**What is needed:** Nothing below is to be printed except the lines between the line holding "f 86 85 147" and the line holding "f 207 205 138", inclusive, each exactly as it appears.

* * *

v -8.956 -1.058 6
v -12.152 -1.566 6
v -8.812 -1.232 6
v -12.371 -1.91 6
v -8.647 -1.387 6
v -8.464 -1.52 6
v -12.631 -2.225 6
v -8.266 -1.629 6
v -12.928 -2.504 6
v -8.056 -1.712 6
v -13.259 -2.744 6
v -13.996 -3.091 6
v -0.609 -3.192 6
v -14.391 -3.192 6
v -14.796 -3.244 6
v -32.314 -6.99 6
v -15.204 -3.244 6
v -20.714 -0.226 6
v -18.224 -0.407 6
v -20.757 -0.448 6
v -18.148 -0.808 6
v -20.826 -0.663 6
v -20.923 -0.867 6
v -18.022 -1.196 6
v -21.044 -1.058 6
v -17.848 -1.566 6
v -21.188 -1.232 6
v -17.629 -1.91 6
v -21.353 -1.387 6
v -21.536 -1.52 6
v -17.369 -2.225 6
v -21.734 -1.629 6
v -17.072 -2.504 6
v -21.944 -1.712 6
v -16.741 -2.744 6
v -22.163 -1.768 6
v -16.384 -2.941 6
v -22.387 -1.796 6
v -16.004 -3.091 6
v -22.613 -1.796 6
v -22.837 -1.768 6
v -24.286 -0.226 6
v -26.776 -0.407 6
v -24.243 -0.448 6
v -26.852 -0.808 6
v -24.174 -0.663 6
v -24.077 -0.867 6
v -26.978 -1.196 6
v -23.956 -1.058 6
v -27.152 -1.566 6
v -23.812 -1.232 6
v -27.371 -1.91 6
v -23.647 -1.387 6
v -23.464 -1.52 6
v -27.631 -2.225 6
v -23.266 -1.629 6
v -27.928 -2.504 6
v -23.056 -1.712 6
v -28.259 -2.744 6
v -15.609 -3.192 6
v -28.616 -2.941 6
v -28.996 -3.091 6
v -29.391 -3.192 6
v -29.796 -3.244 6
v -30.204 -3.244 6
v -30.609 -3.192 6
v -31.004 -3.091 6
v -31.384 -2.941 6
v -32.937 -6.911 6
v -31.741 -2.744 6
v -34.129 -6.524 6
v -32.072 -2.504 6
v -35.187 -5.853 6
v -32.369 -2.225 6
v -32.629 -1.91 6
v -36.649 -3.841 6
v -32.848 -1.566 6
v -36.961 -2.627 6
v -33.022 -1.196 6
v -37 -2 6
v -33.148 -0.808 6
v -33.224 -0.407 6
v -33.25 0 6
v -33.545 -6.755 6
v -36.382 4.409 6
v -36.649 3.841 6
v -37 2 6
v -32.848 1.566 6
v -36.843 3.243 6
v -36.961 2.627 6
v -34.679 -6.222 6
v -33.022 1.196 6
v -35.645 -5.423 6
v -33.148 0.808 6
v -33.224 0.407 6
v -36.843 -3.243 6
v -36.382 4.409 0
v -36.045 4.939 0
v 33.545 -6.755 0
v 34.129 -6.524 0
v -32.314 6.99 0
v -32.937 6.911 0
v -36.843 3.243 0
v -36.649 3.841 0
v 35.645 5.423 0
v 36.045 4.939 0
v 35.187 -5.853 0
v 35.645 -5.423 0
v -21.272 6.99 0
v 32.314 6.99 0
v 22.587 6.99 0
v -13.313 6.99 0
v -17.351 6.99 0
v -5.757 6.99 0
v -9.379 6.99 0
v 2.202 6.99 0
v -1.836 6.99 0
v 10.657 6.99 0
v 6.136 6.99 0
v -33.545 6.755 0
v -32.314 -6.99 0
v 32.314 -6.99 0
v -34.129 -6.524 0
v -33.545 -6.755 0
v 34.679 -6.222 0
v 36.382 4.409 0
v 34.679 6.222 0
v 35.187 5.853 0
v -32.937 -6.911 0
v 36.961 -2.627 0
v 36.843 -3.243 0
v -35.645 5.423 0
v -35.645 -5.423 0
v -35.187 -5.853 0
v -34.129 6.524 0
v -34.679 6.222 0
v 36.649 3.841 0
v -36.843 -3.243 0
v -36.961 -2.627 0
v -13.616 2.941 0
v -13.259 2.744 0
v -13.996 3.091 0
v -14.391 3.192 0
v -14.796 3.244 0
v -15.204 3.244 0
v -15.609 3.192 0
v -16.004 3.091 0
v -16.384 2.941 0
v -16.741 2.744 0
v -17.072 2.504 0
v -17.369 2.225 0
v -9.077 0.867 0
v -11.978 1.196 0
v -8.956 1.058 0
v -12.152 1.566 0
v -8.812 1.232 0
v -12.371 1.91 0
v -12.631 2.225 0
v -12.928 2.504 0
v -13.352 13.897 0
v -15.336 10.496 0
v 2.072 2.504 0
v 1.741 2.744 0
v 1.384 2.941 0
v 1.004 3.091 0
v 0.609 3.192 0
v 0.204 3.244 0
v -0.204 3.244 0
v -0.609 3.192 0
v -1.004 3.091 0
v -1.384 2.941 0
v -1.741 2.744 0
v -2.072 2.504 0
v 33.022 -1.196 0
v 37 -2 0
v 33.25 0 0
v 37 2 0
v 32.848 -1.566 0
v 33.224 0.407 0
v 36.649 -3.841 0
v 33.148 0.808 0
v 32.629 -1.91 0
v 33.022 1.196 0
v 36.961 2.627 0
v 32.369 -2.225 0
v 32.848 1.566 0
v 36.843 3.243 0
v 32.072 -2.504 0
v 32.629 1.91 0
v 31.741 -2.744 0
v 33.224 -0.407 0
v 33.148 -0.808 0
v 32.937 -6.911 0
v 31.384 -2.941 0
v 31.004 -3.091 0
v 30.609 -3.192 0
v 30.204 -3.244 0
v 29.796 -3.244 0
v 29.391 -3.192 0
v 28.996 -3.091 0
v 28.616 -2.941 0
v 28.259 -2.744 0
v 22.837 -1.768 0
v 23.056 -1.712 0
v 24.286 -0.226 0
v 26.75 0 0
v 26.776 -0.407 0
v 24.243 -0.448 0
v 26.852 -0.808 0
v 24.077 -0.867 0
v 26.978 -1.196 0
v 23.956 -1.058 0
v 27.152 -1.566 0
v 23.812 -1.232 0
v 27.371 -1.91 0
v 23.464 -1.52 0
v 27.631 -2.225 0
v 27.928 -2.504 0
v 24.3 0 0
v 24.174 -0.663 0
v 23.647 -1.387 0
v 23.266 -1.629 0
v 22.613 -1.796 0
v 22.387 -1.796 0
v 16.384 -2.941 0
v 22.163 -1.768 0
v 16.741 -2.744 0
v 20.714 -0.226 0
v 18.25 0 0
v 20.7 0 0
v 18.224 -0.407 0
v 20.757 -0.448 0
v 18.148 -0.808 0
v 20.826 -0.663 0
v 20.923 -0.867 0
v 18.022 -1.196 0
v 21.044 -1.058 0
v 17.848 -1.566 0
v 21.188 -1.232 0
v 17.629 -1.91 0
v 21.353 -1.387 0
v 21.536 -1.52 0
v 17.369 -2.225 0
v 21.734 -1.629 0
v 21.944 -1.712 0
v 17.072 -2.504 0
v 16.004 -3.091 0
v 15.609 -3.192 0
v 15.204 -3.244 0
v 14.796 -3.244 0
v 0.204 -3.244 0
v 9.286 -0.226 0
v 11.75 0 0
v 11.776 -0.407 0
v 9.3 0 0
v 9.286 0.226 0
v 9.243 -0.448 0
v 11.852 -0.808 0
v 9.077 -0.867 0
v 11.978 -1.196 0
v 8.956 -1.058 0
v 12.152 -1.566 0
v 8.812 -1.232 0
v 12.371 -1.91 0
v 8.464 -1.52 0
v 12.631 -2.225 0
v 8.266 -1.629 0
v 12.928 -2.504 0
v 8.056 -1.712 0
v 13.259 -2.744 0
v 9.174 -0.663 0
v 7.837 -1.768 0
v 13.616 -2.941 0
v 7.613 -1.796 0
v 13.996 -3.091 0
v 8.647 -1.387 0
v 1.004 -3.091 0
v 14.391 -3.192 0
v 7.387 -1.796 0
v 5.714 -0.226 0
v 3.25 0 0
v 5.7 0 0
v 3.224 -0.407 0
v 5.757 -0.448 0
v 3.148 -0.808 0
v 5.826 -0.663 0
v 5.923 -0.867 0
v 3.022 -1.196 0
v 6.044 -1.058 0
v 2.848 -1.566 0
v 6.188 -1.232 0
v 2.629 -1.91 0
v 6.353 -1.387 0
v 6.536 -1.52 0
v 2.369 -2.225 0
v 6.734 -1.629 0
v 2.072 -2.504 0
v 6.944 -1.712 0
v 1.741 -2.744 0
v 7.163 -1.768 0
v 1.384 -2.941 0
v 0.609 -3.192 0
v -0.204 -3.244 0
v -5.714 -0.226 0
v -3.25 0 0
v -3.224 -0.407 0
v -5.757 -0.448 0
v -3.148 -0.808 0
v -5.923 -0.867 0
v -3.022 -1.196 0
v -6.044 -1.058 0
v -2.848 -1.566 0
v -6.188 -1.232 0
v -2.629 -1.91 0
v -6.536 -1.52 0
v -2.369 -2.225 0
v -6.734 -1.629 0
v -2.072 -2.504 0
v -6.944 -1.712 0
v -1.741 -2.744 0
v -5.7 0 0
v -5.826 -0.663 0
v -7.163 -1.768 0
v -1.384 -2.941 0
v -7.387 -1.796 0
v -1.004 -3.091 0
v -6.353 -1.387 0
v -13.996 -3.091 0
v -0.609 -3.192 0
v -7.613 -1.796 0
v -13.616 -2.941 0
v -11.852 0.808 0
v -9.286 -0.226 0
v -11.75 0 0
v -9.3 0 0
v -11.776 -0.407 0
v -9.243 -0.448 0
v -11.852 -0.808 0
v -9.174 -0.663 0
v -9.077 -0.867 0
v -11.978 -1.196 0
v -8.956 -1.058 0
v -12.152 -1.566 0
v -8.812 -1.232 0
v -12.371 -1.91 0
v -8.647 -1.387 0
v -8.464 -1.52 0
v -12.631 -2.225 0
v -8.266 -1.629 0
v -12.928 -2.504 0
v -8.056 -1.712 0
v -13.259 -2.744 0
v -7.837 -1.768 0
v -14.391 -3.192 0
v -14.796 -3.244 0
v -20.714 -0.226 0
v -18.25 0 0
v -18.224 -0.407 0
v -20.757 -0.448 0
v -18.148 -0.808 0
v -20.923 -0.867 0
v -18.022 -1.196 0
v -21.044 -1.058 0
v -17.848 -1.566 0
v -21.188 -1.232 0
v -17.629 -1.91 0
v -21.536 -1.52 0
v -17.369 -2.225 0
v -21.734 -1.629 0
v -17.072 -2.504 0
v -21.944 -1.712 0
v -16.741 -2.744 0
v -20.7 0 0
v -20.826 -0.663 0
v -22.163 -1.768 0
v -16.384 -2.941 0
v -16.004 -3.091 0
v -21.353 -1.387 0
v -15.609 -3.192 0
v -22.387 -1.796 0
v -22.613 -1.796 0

* * *

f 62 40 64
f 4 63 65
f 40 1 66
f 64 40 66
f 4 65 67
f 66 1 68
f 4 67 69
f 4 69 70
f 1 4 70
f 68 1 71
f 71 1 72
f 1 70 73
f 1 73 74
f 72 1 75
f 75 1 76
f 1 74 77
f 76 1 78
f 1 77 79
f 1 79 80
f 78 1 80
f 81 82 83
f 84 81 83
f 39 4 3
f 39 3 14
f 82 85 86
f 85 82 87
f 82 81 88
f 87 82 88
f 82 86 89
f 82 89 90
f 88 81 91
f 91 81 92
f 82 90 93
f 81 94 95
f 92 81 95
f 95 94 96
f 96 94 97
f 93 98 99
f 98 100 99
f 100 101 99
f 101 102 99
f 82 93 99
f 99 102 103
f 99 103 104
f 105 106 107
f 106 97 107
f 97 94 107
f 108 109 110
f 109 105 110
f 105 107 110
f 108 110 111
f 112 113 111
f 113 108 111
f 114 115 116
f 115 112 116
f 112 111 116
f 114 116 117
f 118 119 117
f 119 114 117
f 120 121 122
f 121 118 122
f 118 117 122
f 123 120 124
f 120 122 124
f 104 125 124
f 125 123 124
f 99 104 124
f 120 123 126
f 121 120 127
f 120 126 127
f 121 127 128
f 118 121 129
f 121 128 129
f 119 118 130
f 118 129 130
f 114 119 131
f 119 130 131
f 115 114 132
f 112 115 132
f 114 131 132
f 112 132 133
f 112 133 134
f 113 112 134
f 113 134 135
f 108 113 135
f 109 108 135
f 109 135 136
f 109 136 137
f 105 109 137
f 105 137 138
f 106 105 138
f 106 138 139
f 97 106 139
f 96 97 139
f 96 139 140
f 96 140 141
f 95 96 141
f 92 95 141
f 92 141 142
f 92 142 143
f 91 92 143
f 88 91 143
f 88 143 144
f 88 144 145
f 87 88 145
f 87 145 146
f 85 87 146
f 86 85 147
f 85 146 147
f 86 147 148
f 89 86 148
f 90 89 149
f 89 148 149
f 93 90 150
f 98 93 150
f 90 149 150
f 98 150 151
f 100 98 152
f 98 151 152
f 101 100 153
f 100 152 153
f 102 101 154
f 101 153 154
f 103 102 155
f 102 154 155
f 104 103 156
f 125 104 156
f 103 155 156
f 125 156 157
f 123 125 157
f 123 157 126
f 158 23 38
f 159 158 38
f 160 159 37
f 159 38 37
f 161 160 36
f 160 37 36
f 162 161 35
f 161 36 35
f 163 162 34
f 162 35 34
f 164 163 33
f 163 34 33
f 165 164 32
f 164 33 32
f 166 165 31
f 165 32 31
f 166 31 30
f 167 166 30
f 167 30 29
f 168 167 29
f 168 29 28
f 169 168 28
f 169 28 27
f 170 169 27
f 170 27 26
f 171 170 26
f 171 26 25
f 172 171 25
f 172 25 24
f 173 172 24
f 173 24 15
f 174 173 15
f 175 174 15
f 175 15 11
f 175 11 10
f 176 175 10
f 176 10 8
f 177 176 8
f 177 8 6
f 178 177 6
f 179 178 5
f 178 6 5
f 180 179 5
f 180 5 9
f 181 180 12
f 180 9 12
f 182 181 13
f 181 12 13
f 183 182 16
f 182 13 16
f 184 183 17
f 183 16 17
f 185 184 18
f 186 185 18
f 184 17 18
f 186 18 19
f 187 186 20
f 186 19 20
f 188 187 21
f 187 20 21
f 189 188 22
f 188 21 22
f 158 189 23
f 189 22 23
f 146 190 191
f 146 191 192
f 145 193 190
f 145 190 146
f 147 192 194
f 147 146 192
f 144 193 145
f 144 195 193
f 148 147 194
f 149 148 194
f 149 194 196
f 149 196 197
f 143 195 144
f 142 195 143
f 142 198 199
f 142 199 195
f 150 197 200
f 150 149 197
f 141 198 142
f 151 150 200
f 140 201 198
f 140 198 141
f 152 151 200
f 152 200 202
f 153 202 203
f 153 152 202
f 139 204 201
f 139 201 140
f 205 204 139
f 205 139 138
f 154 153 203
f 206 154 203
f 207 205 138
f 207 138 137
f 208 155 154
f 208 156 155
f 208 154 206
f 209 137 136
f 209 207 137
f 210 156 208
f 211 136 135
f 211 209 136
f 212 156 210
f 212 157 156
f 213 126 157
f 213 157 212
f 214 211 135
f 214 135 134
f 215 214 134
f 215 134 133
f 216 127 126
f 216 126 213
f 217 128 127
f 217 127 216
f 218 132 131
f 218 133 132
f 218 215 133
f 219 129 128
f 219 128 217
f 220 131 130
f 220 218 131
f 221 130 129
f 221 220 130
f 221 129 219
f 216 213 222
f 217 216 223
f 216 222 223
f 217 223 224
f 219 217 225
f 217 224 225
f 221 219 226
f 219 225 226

* * *

**Written reply:**
f 86 85 147
f 85 146 147
f 86 147 148
f 89 86 148
f 90 89 149
f 89 148 149
f 93 90 150
f 98 93 150
f 90 149 150
f 98 150 151
f 100 98 152
f 98 151 152
f 101 100 153
f 100 152 153
f 102 101 154
f 101 153 154
f 103 102 155
f 102 154 155
f 104 103 156
f 125 104 156
f 103 155 156
f 125 156 157
f 123 125 157
f 123 157 126
f 158 23 38
f 159 158 38
f 160 159 37
f 159 38 37
f 161 160 36
f 160 37 36
f 162 161 35
f 161 36 35
f 163 162 34
f 162 35 34
f 164 163 33
f 163 34 33
f 165 164 32
f 164 33 32
f 166 165 31
f 165 32 31
f 166 31 30
f 167 166 30
f 167 30 29
f 168 167 29
f 168 29 28
f 169 168 28
f 169 28 27
f 170 169 27
f 170 27 26
f 171 170 26
f 171 26 25
f 172 171 25
f 172 25 24
f 173 172 24
f 173 24 15
f 174 173 15
f 175 174 15
f 175 15 11
f 175 11 10
f 176 175 10
f 176 10 8
f 177 176 8
f 177 8 6
f 178 177 6
f 179 178 5
f 178 6 5
f 180 179 5
f 180 5 9
f 181 180 12
f 180 9 12
f 182 181 13
f 181 12 13
f 183 182 16
f 182 13 16
f 184 183 17
f 183 16 17
f 185 184 18
f 186 185 18
f 184 17 18
f 186 18 19
f 187 186 20
f 186 19 20
f 188 187 21
f 187 20 21
f 189 188 22
f 188 21 22
f 158 189 23
f 189 22 23
f 146 190 191
f 146 191 192
f 145 193 190
f 145 190 146
f 147 192 194
f 147 146 192
f 144 193 145
f 144 195 193
f 148 147 194
f 149 148 194
f 149 194 196
f 149 196 197
f 143 195 144
f 142 195 143
f 142 198 199
f 142 199 195
f 150 197 200
f 150 149 197
f 141 198 142
f 151 150 200
f 140 201 198
f 140 198 141
f 152 151 200
f 152 200 202
f 153 202 203
f 153 152 202
f 139 204 201
f 139 201 140
f 205 204 139
f 205 139 138
f 154 153 203
f 206 154 203
f 207 205 138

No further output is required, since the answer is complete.